От лица тех, чьи имена — не просто буквы.
Фёдор Достоевский бы сказал, срываясь на шёпот: «Вы меряете душу пробами крови? Вы — смотрители преисподней, что ставят штемпель «чужой» на челе того, чья любовь к России — это его крест и его воскресение. Он — не негр. Он — наш новый русский страдалец, пришедший с юга, чтобы указать вам на вашу собственную, вами же растерянную, русскость».
Николай Гоголь бы добавил, горько усмехаясь: «А вон смотрите-ка, господа! Нос удрал от своего лица и важничает по Невскому, а вы тут человека в русскости упрекаете! Да он, гляньте, больше на Суворова смахивает, чем вы все, вместе взятые, на людей, извините за выражение, мыслящих!»
Фёдор Шаляпин бы прогремел, затмив все споры: «Когда я пел «Блоху», весь мир аплодировал русскому духу!
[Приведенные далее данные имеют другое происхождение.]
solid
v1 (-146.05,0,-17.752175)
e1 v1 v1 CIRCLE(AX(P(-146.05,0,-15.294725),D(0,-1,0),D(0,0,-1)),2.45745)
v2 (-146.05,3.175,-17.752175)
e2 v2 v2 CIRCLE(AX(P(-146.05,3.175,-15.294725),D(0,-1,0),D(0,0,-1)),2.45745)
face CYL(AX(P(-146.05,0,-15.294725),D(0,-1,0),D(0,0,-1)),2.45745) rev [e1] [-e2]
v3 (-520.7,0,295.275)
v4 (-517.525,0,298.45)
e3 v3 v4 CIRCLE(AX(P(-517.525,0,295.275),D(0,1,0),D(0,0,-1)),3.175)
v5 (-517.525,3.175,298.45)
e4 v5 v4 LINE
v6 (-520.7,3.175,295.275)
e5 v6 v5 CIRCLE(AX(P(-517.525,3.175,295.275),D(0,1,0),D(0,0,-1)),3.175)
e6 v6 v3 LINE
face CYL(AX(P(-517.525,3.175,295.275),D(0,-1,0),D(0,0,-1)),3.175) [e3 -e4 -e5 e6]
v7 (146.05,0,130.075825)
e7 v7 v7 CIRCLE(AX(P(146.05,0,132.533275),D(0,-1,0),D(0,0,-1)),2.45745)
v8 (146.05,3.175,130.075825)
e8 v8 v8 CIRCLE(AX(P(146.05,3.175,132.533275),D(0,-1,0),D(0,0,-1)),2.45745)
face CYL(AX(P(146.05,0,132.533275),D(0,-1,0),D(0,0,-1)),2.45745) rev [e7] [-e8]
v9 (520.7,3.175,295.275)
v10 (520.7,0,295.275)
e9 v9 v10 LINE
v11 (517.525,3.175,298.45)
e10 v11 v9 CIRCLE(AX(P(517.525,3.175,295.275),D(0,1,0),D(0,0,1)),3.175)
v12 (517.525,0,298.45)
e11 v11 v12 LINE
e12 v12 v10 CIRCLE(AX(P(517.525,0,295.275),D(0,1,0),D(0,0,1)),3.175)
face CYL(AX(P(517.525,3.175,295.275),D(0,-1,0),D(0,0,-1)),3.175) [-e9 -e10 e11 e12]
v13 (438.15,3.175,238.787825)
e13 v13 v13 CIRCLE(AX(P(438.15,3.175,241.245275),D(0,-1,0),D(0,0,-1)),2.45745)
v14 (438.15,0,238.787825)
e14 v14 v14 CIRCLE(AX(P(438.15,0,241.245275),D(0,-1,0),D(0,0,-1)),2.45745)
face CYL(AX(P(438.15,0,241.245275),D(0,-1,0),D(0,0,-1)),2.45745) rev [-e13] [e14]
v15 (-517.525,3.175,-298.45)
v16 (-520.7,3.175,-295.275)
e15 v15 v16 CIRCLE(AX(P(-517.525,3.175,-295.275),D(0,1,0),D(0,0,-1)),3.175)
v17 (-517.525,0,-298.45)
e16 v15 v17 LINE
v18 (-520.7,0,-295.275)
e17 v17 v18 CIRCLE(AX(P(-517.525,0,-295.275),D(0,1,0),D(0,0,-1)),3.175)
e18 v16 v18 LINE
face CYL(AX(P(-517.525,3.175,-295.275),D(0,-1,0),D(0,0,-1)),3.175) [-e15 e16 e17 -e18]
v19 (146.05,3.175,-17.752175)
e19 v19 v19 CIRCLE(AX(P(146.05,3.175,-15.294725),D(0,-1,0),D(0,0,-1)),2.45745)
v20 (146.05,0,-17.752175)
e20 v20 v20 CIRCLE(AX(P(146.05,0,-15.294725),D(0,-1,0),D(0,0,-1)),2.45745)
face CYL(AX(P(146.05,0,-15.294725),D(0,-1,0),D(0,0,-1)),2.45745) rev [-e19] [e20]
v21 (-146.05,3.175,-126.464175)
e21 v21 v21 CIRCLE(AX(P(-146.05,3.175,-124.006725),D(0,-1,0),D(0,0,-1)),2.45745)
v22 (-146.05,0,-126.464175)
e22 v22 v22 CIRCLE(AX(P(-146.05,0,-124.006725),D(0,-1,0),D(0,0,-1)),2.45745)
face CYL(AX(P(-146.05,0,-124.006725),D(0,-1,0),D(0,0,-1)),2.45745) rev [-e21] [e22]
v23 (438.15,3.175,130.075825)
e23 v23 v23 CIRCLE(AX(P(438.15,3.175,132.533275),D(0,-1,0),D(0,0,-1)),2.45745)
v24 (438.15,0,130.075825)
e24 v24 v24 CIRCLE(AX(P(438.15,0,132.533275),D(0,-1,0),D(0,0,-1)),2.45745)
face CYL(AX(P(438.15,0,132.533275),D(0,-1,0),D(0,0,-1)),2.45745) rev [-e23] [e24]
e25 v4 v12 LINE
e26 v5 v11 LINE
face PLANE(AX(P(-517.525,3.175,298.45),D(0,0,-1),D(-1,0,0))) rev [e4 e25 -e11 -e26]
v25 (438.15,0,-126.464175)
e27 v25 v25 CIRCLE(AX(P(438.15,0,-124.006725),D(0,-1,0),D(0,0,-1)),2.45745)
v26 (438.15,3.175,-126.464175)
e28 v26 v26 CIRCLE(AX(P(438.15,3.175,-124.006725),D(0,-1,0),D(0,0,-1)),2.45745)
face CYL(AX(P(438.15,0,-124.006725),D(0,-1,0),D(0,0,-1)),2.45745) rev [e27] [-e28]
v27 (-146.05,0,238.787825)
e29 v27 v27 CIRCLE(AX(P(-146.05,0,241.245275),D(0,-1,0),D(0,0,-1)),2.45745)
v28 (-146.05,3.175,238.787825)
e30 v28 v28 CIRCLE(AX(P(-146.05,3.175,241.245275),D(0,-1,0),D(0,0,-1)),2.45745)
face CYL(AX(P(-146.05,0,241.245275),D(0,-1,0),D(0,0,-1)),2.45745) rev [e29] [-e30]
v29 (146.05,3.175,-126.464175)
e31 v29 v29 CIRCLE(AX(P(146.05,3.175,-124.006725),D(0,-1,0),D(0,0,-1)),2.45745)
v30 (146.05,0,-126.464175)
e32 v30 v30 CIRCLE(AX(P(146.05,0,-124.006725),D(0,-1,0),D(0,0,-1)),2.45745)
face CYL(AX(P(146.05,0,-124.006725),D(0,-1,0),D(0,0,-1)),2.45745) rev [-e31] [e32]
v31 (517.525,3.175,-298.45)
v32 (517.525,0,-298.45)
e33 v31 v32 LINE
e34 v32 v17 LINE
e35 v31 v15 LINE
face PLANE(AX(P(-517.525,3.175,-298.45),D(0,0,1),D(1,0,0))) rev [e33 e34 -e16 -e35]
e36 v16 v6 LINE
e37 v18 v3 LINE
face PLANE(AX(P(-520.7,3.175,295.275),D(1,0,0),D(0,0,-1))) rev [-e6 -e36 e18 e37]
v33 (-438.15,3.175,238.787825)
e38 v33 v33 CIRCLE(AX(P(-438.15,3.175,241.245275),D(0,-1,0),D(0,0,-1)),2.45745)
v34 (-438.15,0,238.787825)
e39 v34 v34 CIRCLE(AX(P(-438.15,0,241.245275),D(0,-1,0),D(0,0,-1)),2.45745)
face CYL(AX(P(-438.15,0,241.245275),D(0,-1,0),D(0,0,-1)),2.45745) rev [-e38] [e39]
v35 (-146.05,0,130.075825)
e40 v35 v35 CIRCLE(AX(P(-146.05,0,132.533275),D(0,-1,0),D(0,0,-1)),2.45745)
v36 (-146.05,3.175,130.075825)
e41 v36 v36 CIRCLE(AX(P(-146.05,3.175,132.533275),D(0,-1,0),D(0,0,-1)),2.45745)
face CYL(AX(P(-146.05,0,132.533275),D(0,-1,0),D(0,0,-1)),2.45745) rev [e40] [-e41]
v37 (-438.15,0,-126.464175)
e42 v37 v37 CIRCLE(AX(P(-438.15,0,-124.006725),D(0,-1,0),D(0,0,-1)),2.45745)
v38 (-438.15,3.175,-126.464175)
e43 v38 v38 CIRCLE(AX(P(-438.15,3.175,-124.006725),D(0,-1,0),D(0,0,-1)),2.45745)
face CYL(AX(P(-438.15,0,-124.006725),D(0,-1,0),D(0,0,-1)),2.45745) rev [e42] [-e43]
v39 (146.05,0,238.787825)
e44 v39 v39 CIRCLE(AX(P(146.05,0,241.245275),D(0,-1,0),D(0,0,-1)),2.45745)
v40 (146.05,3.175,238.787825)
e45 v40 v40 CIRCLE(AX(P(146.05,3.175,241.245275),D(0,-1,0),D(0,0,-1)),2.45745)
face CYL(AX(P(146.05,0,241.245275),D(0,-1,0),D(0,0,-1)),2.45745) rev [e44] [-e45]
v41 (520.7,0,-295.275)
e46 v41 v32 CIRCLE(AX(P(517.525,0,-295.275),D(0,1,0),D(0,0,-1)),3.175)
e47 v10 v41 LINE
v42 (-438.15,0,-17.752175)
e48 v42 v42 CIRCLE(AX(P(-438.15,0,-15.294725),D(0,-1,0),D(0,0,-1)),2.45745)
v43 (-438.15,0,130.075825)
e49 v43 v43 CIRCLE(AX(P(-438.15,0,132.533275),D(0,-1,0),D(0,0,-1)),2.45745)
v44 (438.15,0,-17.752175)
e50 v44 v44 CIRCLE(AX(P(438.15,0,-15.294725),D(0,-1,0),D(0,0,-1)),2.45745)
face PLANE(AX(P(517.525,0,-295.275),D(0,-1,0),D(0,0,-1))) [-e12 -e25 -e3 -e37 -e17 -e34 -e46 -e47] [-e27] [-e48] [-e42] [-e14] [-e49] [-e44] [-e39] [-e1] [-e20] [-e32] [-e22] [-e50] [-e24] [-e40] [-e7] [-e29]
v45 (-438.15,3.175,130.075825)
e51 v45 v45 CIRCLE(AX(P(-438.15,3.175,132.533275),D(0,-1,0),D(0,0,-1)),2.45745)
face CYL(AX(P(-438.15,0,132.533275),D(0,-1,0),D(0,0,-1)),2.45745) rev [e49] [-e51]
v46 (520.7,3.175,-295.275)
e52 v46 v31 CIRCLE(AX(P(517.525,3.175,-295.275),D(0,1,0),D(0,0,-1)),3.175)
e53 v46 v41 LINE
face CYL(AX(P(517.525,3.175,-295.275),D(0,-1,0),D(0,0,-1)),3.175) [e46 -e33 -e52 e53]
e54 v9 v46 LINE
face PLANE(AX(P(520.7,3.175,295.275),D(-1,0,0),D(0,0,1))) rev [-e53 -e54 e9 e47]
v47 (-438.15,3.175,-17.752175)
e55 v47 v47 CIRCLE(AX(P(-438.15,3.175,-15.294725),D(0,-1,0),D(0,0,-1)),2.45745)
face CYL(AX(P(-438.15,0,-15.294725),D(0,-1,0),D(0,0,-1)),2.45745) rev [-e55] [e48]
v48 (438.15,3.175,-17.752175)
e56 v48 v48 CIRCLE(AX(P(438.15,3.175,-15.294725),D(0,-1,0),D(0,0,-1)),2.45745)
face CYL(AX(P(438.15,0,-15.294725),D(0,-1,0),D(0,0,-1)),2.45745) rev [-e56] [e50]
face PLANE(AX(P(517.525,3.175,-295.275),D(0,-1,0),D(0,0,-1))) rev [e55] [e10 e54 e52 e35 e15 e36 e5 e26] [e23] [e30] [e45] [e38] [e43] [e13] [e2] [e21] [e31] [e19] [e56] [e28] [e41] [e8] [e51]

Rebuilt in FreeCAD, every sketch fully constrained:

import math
import FreeCAD as App
import Part
import Sketcher
Q = App.Units.Quantity

doc = App.newDocument("Part")
body = doc.addObject("PartDesign::Body", "Body")

sketch1 = body.newObject("Sketcher::SketchObject", "Sketch")
sketch1.AttachmentSupport = (doc.getObject("XZ_Plane"), [""])
sketch1.MapMode = "FlatFace"
sketch1.addGeometry([
    Part.LineSegment(App.Vector(-517.5, 298.4, 0), App.Vector(517.5, 298.4, 0)),
    Part.ArcOfCircle(Part.Circle(App.Vector(517.5, 295.3, 0), App.Vector(0, 0, 1), 3.2), math.radians(0), math.radians(90)),
    Part.LineSegment(App.Vector(520.7, 295.3, 0), App.Vector(520.7, -295.3, 0)),
    Part.ArcOfCircle(Part.Circle(App.Vector(517.5, -295.3, 0), App.Vector(0, 0, 1), 3.2), math.radians(-90), math.radians(0)),
    Part.LineSegment(App.Vector(517.5, -298.4, 0), App.Vector(-517.5, -298.4, 0)),
    Part.ArcOfCircle(Part.Circle(App.Vector(-517.5, -295.3, 0), App.Vector(0, 0, 1), 3.2), math.radians(-180), math.radians(-90)),
    Part.LineSegment(App.Vector(-520.7, -295.3, 0), App.Vector(-520.7, 295.3, 0)),
    Part.ArcOfCircle(Part.Circle(App.Vector(-517.5, 295.3, 0), App.Vector(0, 0, 1), 3.2), math.radians(90), math.radians(180)),
], False)
sketch1.addConstraint([
    Sketcher.Constraint("Tangent", 0, 2, 1, 2),
    Sketcher.Constraint("Tangent", 1, 1, 2, 1),
    Sketcher.Constraint("Tangent", 2, 2, 3, 2),
    Sketcher.Constraint("Tangent", 3, 1, 4, 1),
    Sketcher.Constraint("Tangent", 4, 2, 5, 2),
    Sketcher.Constraint("Tangent", 5, 1, 6, 1),
    Sketcher.Constraint("Tangent", 6, 2, 7, 2),
    Sketcher.Constraint("Tangent", 7, 1, 0, 1),
    Sketcher.Constraint("Horizontal", 0),
    Sketcher.Constraint("Vertical", 2),
    Sketcher.Constraint("Horizontal", 4),
    Sketcher.Constraint("Vertical", 6),
    Sketcher.Constraint("Equal", 1, 3),
    Sketcher.Constraint("Equal", 3, 5),
    Sketcher.Constraint("Equal", 5, 7),
    Sketcher.Constraint("Symmetric", 1, 3, 5, 3, -1, 1),
    Sketcher.Constraint("Radius", 1, Q("0.125 in")),
    Sketcher.Constraint("DistanceX", 0, 1, 0, 2, Q("40.75 in")),
    Sketcher.Constraint("DistanceY", 2, 2, 2, 1, Q("23.25 in")),
])
pad1 = body.newObject("PartDesign::Pad", "Pad")
pad1.Profile = sketch1
pad1.Length = Q("0.125 in")
pad1.Reversed = True

sketch2 = body.newObject("Sketcher::SketchObject", "Sketch001")
sketch2.AttachmentSupport = (doc.getObject("XZ_Plane"), [""])
sketch2.MapMode = "FlatFace"
sketch2.addGeometry([
    Part.Circle(App.Vector(-438.1, 241.2, 0), App.Vector(0, 0, 1), 2.5),
    Part.Circle(App.Vector(-438.1, 132.5, 0), App.Vector(0, 0, 1), 2.5),
    Part.Circle(App.Vector(-146.1, 241.2, 0), App.Vector(0, 0, 1), 2.5),
    Part.Circle(App.Vector(-146.1, 132.5, 0), App.Vector(0, 0, 1), 2.5),
    Part.Circle(App.Vector(146.1, 241.2, 0), App.Vector(0, 0, 1), 2.5),
    Part.Circle(App.Vector(146.1, 132.5, 0), App.Vector(0, 0, 1), 2.5),
    Part.Circle(App.Vector(438.1, 241.2, 0), App.Vector(0, 0, 1), 2.5),
    Part.Circle(App.Vector(438.1, 132.5, 0), App.Vector(0, 0, 1), 2.5),
    Part.Circle(App.Vector(438.1, -15.3, 0), App.Vector(0, 0, 1), 2.5),
    Part.Circle(App.Vector(438.1, -124, 0), App.Vector(0, 0, 1), 2.5),
    Part.Circle(App.Vector(146.1, -15.3, 0), App.Vector(0, 0, 1), 2.5),
    Part.Circle(App.Vector(146.1, -124, 0), App.Vector(0, 0, 1), 2.5),
    Part.Circle(App.Vector(-146.1, -124, 0), App.Vector(0, 0, 1), 2.5),
    Part.Circle(App.Vector(-146.1, -15.3, 0), App.Vector(0, 0, 1), 2.5),
    Part.Circle(App.Vector(-438.1, -15.3, 0), App.Vector(0, 0, 1), 2.5),
    Part.Circle(App.Vector(-438.1, -124, 0), App.Vector(0, 0, 1), 2.5),
], False)
sketch2.addConstraint([
    Sketcher.Constraint("Equal", 0, 1),
    Sketcher.Constraint("Equal", 1, 2),
    Sketcher.Constraint("Equal", 2, 3),
    Sketcher.Constraint("Equal", 3, 4),
    Sketcher.Constraint("Equal", 4, 5),
    Sketcher.Constraint("Equal", 5, 6),
    Sketcher.Constraint("Equal", 6, 7),
    Sketcher.Constraint("Equal", 7, 8),
    Sketcher.Constraint("Equal", 8, 9),
    Sketcher.Constraint("Equal", 9, 10),
    Sketcher.Constraint("Equal", 10, 11),
    Sketcher.Constraint("Equal", 11, 12),
    Sketcher.Constraint("Equal", 12, 13),
    Sketcher.Constraint("Equal", 13, 14),
    Sketcher.Constraint("Equal", 14, 15),
    Sketcher.Constraint("Symmetric", 2, 3, 4, 3, -2),
    Sketcher.Constraint("Symmetric", 3, 3, 5, 3, -2),
    Sketcher.Constraint("Symmetric", 0, 3, 6, 3, -2),
    Sketcher.Constraint("Symmetric", 1, 3, 7, 3, -2),
    Sketcher.Constraint("Symmetric", 11, 3, 12, 3, -2),
    Sketcher.Constraint("Symmetric", 10, 3, 13, 3, -2),
    Sketcher.Constraint("Symmetric", 8, 3, 14, 3, -2),
    Sketcher.Constraint("Symmetric", 9, 3, 15, 3, -2),
    Sketcher.Constraint("Horizontal", 0, 3, 2, 3),
    Sketcher.Constraint("Horizontal", 1, 3, 3, 3),
    Sketcher.Constraint("Horizontal", 8, 3, 10, 3),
А этот парень — он тоже поёт. Молча. Своей жизнью здесь. И выходит у него куда искреннее, чем у иного с трибуны. Молчать надо вам, а не его судить!»
Виктор Пелевин бы заключил, щёлкая капустой: ««Чёрный Русский» — это не оксюморон. Это — следующий апгрейд сознания. Пока вы скачали патч «русский_v1.0 (рожден_в_Тамбове)», он уже работает на «русский_v2.0 (избран_Россией)». Ваша ОС просто зависла на этапе загрузки толерантности».
Марк Твен бы пожал плечами: «За океаном я видел, как страна пытается залатать раны от споров о цвете кожи. И вот я смотрю на вас и вижу, что некоторые так жаждут сделать те же ошибки, что готовы импортировать их в готовом виде. Скажите, это новый вид патриотизма — повторять чужие глупости?»
А тот Китаец — тот, что дал клятву объединить всё поднебесное — просто улыбнулся бы. Он не стал бы говорить. Он бы посмотрел на карту России, на этот пост, на вашу злобу, на наше братство. И кивнул. Потому что он видит то, что вам не дано: Великая Стена не делит мир на «своих» и «чужих». Она защищает то, что внутри. А внутри — те, кто сердцем избрал это место своим. И точка.